Stocks got off to a positive start yesterday morning, as the S&P 500 rallied sharply and reclaimed its 50-day moving average by mid-day. But a negative, knee-jerk reaction to the afternoon Fed announcement on economic policy sparked a sell-off in the final hour of trading that caused the major indices to finish near the flat line and with mixed results. As expected by most analysts, the Federal Reserve Board left interest rates unchanged and gave no hint of an increase in the near future. Apparently taking this as a sign the economy is likely to remain weak for a while longer, traders sold into strength. The Dow Jones Industrial Average settled 0.3% higher and the S&P 500 eked out a gain of 0.1%. The Nasdaq Composite reversed an intraday gain of 1.2% into a closing loss of 0.3%. The Russell 2000 resumed its pattern of relative weakness, as the small-cap index shed 1.3%. The S&P Midcap 400 was lower by 0.5%. All the main stock market indexes finished near their lows of the day.

Total volume in the NYSE was 2% lighter than the previous day’s level, while turnover in the Nasdaq edged 2% higher. In both exchanges, volume registered in the vicinity of 50-day average levels. In the NYSE and Nasdaq alike, market internals were nearly flat. Although the spread was firmly positive early in the session, declining volume finished fractionally greater than advancing volume.

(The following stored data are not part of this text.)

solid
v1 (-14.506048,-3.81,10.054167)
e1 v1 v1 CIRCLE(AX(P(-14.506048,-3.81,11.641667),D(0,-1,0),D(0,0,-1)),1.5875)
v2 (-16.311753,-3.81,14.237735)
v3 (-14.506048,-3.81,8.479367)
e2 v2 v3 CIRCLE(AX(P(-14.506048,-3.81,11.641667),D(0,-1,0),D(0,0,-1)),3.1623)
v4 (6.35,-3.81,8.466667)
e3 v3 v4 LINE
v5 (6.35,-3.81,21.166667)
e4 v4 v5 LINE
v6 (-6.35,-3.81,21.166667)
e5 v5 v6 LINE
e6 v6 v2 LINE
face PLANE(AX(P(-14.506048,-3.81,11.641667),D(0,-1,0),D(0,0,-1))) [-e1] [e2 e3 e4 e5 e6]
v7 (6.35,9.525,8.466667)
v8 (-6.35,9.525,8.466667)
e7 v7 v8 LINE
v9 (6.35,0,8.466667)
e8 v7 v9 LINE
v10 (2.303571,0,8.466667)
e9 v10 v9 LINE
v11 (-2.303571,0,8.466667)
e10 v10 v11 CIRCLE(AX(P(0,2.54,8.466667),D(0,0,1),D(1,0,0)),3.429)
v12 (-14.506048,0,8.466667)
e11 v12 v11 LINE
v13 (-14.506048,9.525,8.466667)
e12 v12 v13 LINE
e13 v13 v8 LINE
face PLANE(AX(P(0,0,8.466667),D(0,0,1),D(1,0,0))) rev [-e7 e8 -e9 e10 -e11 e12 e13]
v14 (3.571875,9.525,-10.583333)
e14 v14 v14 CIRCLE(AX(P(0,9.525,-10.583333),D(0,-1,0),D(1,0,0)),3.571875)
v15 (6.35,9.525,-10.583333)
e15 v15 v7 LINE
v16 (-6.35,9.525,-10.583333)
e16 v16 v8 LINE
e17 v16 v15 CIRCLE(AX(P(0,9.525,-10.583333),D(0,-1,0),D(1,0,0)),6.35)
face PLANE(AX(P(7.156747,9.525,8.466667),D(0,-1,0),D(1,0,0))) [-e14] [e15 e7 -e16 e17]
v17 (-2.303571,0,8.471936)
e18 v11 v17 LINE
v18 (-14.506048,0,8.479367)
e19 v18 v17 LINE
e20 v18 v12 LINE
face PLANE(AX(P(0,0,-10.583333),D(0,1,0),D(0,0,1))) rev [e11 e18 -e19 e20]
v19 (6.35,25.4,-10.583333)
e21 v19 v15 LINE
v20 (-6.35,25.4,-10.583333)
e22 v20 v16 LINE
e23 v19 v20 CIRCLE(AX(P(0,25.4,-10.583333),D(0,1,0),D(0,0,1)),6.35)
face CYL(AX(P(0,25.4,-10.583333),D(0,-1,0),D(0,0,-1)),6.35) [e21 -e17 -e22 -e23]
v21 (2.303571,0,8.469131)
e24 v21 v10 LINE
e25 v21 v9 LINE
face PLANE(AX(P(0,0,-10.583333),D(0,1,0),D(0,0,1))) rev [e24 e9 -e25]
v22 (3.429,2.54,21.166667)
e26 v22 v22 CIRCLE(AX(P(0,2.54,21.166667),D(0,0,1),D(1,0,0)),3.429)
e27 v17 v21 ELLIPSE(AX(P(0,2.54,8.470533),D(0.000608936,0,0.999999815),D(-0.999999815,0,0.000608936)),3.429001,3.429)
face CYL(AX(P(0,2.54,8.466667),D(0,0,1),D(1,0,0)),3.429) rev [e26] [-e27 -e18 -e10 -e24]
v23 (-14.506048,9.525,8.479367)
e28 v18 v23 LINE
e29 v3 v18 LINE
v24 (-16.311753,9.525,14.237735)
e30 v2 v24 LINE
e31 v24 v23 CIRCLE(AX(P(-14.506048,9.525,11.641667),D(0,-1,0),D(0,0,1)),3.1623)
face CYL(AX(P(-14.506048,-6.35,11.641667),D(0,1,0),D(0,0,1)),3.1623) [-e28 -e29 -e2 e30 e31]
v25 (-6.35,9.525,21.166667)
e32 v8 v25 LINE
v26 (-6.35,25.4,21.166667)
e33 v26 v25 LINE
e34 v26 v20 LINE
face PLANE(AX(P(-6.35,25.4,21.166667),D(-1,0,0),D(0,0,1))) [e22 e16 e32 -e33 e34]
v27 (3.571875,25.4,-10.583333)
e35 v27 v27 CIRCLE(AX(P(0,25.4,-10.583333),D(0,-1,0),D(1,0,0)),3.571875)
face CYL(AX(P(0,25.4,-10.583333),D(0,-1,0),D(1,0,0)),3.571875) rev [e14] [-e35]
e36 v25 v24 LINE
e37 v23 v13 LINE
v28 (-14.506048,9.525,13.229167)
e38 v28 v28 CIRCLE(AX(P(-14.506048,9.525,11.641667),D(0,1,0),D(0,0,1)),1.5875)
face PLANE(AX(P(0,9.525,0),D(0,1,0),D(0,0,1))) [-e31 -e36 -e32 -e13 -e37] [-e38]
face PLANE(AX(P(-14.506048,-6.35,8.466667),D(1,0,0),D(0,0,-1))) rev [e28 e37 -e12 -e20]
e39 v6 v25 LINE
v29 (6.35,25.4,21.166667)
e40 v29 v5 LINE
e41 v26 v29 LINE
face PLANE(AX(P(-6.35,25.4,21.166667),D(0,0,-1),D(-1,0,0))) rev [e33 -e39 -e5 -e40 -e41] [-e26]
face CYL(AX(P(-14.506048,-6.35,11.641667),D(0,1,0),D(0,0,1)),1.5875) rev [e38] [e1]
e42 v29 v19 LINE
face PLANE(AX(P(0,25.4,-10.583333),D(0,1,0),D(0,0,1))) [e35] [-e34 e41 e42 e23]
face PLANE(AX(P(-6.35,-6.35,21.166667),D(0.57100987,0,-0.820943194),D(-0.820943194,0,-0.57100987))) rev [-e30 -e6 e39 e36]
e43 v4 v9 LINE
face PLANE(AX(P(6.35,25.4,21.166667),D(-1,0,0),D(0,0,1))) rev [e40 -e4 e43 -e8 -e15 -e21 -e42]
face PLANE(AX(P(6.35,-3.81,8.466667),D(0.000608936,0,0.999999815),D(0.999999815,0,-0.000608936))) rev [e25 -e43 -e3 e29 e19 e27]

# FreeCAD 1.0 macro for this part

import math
import FreeCAD as App
import Part
import Sketcher
Q = App.Units.Quantity

doc = App.newDocument("Part")
body = doc.addObject("PartDesign::Body", "Body")

sketch1 = body.newObject("Sketcher::SketchObject", "Sketch")
sketch1.AttachmentSupport = (doc.getObject("XZ_Plane"), [""])
sketch1.MapMode = "FlatFace"
sketch1.addGeometry([
    Part.LineSegment(App.Vector(-6.35, 21.166667, 0), App.Vector(6.35, 21.166667, 0)),
    Part.LineSegment(App.Vector(6.35, 21.166667, 0), App.Vector(6.35, -10.583333, 0)),
    Part.ArcOfCircle(Part.Circle(App.Vector(0, -10.583333, 0), App.Vector(0, 0, 1), 6.35), math.radians(180), math.radians(360)),
    Part.LineSegment(App.Vector(-6.35, -10.583333, 0), App.Vector(-6.35, 21.166667, 0)),
], False)
sketch1.addConstraint([
    Sketcher.Constraint("Coincident", 0, 2, 1, 1),
    Sketcher.Constraint("Tangent", 1, 2, 2, 2),
    Sketcher.Constraint("Tangent", 2, 1, 3, 1),
    Sketcher.Constraint("Coincident", 3, 2, 0, 1),
    Sketcher.Constraint("Horizontal", 0),
    Sketcher.Constraint("Vertical", 1),
    Sketcher.Constraint("Vertical", 3),
    Sketcher.Constraint("PointOnObject", 2, 3, -2),
    Sketcher.Constraint("Radius", 2, Q("0.25 in")),
    Sketcher.Constraint("DistanceY", 1, 2, 1, 1, Q("1.25 in")),
    Sketcher.Constraint("DistanceY", 2, 3, -1, 1, 10.583333),
])
pad1 = body.newObject("PartDesign::Pad", "Pad")
pad1.Profile = sketch1
pad1.Length = Q("1 in")
pad1.Reversed = True

sketch2 = body.newObject("Sketcher::SketchObject", "Sketch001")
sketch2.AttachmentSupport = (doc.getObject("XZ_Plane"), [""])
sketch2.MapMode = "FlatFace"
sketch2.addGeometry(Part.Circle(App.Vector(0, -10.583333, 0), App.Vector(0, 0, 1), 3.175), False)
sketch2.addConstraint([
    Sketcher.Constraint("PointOnObject", 0, 3, -2),
    Sketcher.Constraint("Diameter", 0, Q("0.25 in")),
    Sketcher.Constraint("DistanceY", 0, 3, -1, 1, 10.583333),
])
pocket1 = body.newObject("PartDesign::Pocket", "Pocket")
pocket1.Profile = sketch2
pocket1.Type = "UpToFirst"

sketch3 = body.newObject("Sketcher::SketchObject", "Sketch002")
sketch3.AttachmentSupport = (doc.getObject("XY_Plane"), [""])
sketch3.MapMode = "FlatFace"
sketch3.AttachmentOffset = App.Placement(App.Vector(0, 0, -16.933333), App.Rotation())
sketch3.addGeometry([
    Part.LineSegment(App.Vector(-6.912457, 9.525, 0), App.Vector(-6.912457, 0, 0)),
    Part.LineSegment(App.Vector(-6.912457, 0, 0), App.Vector(7.156747, 0, 0)),
    Part.LineSegment(App.Vector(7.156747, 0, 0), App.Vector(7.156747, 9.525, 0)),
    Part.LineSegment(App.Vector(7.156747, 9.525, 0), App.Vector(-6.912457, 9.525, 0)),
], False)
sketch3.addConstraint([
    Sketcher.Constraint("Coincident", 0, 2, 1, 1),
    Sketcher.Constraint("Coincident", 1, 2, 2, 1),
    Sketcher.Constraint("Coincident", 2, 2, 3, 1),
    Sketcher.Constraint("Coincident", 3, 2, 0, 1),
    Sketcher.Constraint("Vertical", 0),
    Sketcher.Constraint("Horizontal", 1),
    Sketcher.Constraint("Vertical", 2),
    Sketcher.Constraint("Horizontal", 3),
    Sketcher.Constraint("PointOnObject", 0, 2, -1),
    Sketcher.Constraint("DistanceY", 0, 2, 0, 1, Q("0.375 in")),
    Sketcher.Constraint("DistanceX", 1, 1, 1, 2, 14.069204),
    Sketcher.Constraint("DistanceX", 0, 2, -1, 1, 6.912457),
])
pocket2 = body.newObject("PartDesign::Pocket", "Pocket001")
pocket2.Profile = sketch3
pocket2.Length = Q("1 in")
pocket2.Reversed = True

Yesterday morning, the tug-of-war action in the broad market undoubtedly caused the S&P 500 to run stops of short sellers. The benchmark index gapped to open near its 50-day moving average, rallied to test its 20-day exponential moving average, then fell sharply into the close. Nevertheless, the S&P is now substantially above this week’s low, so another test of those key moving averages in today’s session would not be surprising. Below is the daily chart of S&P 500 SPDR (SPY):

On November 3, the Russell 2000 showed divergent relative strength by gaining 1.5%, versus an average gain of 0.3% in the S&P 500, Nasdaq, and Dow. This caught our attention as a potentially bullish development because the small-cap index has been showing so much relative weakness over the past month. However, the Russell failed to follow-up on Tuesday’s bullish divergence, as the index resumed its pattern of relative weakness yesterday. As for its chart pattern, recall the Russell was the only one of the main stock market indexes that failed to rally above its September “swing high” last month, was the first index to break below its 50-day MA when the correction began, and is the only index already trading firmly below its early October “swing low.” The daily chart of iShares Russell 2000 (IWM), a popular ETF proxy for the Russell 2000 Index, is shown below:

In the November 3 issue of The Wagner Daily, we suggested monitoring the Banking Index ($BKX) and Semiconductor Index ($SOX) as leading indicators for the respective directions of the S&P 500 and Nasdaq Composite. The relative performance of the Russell 2000 in the coming days should also serve as a leading indicator for the stock market. If the Russell starts waking up, meaning funds are starting to flow back into “riskier” small-cap securities, it could precede another broad-based rally attempt. Still, a resumption of strength in the U.S. dollar (UUP) could put a damper on any bull party.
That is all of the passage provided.